__Aim of the exercise__: Below are the records; count how many of their lines hold the string "Locations" and give the number alone.

[[ Information supplied, beginning ]]

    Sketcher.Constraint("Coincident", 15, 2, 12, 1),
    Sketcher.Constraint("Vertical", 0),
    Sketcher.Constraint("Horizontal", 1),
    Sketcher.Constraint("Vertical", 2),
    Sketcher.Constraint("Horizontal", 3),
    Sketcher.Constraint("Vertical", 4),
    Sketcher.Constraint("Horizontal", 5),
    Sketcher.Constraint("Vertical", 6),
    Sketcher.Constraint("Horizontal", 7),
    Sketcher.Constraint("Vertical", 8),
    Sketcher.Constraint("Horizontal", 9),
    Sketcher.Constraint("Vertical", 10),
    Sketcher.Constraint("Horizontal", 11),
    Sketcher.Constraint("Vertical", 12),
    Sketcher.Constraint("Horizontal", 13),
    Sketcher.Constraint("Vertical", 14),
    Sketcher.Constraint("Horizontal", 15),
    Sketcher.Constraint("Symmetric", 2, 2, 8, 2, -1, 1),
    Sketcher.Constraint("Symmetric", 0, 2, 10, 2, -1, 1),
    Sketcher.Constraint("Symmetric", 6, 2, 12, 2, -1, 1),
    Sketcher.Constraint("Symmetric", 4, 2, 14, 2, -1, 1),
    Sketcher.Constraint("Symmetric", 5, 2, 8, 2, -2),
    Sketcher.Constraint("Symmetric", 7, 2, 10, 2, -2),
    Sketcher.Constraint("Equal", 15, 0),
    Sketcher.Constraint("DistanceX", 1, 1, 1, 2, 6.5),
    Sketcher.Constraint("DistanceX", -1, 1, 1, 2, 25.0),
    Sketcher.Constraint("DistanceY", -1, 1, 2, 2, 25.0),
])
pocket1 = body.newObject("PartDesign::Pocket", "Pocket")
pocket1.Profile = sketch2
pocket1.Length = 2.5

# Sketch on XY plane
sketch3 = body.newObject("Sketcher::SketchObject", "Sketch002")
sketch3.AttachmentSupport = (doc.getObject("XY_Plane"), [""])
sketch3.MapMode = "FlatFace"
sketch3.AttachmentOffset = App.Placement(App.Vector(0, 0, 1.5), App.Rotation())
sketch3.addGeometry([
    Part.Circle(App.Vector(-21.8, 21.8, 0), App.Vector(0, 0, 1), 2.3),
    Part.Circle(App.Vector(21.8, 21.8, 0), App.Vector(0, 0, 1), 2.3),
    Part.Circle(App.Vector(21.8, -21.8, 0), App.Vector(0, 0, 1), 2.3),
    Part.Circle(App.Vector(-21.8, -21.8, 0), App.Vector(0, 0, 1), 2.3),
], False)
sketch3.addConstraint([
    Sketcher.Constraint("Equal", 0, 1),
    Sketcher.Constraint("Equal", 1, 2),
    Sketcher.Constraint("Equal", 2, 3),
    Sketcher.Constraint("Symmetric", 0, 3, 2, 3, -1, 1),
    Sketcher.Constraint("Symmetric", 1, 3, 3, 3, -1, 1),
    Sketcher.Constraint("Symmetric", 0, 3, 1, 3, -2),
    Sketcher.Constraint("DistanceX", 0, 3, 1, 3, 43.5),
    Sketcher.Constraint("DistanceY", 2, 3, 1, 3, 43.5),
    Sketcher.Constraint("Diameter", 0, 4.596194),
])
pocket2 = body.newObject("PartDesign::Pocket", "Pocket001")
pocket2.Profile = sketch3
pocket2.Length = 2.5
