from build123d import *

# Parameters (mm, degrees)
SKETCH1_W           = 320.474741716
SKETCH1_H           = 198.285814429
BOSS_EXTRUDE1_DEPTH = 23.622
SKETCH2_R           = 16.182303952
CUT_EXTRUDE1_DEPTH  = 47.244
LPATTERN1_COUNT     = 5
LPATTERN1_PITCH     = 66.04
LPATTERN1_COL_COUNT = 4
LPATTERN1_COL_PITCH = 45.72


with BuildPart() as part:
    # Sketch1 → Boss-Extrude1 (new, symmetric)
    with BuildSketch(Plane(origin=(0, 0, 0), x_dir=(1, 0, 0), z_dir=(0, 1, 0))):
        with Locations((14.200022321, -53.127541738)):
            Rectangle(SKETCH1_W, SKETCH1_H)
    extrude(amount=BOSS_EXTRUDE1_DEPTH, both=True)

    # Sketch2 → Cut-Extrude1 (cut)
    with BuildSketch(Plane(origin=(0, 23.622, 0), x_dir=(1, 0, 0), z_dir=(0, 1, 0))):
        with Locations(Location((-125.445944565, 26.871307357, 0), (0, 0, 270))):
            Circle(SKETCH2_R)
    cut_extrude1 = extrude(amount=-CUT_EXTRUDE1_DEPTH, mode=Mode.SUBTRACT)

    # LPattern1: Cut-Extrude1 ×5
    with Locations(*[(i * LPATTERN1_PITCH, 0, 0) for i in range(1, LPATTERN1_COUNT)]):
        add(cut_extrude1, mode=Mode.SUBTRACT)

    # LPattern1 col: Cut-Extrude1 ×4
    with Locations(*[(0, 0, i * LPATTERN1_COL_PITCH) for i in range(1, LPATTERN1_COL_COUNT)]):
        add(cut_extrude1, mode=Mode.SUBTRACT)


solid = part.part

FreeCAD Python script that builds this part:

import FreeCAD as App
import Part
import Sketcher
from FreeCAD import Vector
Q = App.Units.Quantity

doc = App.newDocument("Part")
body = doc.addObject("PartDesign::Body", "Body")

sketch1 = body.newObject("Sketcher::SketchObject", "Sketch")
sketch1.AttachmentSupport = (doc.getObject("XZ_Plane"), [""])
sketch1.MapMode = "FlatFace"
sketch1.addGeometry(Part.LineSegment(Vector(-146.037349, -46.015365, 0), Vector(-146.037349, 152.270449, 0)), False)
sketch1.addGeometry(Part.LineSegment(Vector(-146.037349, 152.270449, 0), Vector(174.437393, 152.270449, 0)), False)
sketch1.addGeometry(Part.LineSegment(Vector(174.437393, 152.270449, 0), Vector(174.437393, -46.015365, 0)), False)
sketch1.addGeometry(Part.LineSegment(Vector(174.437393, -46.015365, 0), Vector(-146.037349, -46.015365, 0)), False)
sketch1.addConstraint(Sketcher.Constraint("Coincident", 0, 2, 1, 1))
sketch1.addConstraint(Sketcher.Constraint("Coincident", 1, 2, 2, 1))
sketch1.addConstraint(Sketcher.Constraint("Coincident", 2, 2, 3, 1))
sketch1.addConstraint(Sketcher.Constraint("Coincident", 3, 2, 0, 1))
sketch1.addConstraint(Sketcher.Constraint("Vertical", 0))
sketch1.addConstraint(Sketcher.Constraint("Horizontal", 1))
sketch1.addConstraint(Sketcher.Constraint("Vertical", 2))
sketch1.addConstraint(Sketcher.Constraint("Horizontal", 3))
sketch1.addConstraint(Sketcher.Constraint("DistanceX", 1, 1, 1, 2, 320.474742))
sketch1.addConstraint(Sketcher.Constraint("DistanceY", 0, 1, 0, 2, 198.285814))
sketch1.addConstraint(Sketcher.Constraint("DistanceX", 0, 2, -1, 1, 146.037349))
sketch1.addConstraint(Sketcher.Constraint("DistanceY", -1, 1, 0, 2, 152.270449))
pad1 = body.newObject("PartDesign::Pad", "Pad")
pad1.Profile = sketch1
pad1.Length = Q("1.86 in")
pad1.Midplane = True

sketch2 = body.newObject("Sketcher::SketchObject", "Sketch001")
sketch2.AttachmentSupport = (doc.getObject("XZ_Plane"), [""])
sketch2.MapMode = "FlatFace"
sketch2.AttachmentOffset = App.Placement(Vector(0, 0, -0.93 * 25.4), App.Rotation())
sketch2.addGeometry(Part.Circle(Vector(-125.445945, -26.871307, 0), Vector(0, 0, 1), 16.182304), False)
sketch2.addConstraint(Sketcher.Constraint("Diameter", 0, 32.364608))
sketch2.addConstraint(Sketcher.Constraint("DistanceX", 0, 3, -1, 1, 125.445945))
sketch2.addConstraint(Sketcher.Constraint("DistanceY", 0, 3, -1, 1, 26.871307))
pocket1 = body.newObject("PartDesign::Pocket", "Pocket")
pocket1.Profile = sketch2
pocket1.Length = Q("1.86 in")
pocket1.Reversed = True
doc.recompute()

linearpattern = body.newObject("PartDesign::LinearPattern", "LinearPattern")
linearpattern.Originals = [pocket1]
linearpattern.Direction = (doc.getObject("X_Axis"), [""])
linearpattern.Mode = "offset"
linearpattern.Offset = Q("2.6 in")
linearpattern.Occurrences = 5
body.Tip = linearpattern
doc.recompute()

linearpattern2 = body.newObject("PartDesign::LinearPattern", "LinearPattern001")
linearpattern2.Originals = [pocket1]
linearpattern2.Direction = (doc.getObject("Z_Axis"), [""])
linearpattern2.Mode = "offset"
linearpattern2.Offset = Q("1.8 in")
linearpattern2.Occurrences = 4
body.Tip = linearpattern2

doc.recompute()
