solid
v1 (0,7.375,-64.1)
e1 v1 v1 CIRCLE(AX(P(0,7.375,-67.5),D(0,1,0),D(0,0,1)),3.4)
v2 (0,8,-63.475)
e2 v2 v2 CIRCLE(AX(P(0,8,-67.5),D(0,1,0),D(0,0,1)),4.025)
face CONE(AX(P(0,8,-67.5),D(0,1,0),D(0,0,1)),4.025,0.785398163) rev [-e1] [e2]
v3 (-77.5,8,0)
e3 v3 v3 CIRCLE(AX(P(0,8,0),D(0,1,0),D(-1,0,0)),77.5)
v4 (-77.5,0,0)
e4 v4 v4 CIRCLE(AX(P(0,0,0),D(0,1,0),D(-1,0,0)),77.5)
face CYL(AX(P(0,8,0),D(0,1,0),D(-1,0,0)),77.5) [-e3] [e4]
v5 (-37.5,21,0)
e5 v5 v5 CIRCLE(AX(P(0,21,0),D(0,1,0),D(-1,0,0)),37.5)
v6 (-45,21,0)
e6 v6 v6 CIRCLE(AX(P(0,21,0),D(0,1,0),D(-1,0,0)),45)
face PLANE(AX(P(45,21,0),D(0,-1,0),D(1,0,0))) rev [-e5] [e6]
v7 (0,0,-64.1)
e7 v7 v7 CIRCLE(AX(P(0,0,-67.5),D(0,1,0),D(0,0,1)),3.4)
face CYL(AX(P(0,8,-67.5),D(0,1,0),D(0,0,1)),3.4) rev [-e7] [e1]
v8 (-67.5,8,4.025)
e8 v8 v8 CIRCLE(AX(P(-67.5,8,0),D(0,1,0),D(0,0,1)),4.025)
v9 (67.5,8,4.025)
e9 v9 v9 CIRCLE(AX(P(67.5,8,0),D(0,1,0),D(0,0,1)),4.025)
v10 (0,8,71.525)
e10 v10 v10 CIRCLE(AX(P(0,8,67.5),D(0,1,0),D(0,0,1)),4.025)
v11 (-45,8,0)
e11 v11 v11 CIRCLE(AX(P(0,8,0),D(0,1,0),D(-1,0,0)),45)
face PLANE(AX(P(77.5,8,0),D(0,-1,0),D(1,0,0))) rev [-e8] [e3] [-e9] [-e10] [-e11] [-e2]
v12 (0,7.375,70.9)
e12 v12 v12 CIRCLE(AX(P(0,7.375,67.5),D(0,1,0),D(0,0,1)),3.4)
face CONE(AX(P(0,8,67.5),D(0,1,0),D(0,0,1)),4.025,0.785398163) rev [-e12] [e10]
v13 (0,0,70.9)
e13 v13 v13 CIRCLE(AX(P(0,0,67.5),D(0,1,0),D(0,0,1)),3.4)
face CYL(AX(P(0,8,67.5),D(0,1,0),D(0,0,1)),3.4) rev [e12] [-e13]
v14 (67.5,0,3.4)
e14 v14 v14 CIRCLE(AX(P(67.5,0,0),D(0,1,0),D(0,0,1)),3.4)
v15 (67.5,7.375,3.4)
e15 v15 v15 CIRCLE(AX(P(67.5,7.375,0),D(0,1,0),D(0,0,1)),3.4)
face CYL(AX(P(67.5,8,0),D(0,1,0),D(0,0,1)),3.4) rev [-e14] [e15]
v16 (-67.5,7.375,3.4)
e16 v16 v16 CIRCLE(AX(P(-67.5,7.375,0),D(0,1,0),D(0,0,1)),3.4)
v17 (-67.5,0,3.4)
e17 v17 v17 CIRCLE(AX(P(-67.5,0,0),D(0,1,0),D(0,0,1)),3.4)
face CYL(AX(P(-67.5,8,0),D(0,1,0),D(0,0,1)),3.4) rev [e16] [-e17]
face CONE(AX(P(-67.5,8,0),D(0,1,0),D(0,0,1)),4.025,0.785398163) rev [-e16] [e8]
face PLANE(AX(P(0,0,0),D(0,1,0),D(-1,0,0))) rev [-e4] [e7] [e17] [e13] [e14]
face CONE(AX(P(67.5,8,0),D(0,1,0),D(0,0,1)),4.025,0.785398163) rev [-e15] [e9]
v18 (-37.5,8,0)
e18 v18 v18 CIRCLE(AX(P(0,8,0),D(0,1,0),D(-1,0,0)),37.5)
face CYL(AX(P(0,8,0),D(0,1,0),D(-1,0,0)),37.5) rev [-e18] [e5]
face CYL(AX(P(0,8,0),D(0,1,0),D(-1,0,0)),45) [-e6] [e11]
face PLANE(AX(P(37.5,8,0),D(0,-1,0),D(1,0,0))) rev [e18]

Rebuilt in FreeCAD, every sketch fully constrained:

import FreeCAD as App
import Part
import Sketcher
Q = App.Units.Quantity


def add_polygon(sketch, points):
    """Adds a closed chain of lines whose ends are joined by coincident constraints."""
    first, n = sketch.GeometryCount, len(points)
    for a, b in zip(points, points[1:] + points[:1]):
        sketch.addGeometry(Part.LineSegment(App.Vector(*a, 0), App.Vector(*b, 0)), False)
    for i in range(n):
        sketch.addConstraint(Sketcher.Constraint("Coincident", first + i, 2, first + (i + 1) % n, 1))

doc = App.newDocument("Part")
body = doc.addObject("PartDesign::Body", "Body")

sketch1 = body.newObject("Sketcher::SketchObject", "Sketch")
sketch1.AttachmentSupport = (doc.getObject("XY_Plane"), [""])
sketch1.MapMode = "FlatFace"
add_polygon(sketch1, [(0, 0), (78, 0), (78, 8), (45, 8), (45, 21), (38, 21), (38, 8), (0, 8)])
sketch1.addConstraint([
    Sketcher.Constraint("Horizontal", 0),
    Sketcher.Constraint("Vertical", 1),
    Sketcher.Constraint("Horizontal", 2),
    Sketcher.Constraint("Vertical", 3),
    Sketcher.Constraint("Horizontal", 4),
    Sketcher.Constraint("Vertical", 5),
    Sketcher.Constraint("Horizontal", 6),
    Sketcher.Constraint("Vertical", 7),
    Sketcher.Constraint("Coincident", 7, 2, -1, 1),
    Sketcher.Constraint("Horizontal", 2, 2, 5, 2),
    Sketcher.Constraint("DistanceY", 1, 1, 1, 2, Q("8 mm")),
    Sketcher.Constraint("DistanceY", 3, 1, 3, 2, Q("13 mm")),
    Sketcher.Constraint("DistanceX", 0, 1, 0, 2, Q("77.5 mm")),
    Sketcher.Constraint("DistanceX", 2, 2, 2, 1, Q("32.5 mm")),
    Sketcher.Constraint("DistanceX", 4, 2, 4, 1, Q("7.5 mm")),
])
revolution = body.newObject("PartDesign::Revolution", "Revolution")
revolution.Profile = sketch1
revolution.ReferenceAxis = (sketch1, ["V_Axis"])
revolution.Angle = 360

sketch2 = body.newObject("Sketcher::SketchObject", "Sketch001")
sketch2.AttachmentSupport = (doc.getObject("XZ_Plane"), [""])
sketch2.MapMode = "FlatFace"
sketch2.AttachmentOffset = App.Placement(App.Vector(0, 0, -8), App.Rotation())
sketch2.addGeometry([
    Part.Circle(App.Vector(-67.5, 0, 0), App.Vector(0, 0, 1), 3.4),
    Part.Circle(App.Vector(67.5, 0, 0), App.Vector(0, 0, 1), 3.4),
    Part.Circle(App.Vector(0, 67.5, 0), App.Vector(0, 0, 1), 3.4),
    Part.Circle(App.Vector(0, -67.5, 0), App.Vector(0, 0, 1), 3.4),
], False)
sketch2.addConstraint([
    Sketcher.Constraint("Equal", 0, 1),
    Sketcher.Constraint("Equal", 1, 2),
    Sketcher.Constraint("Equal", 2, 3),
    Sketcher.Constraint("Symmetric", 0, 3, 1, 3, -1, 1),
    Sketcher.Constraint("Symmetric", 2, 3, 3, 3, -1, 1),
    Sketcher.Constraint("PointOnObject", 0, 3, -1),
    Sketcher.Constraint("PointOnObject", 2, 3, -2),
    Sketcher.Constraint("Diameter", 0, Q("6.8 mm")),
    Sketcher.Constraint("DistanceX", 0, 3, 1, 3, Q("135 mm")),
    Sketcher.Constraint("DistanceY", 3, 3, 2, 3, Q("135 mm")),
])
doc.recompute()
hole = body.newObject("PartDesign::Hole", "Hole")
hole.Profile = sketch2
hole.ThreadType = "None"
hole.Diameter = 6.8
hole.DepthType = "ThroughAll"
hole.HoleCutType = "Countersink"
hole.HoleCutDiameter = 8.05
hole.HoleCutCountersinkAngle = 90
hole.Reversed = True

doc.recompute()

[[ Information supplied, end ]]

__Answer space__: 4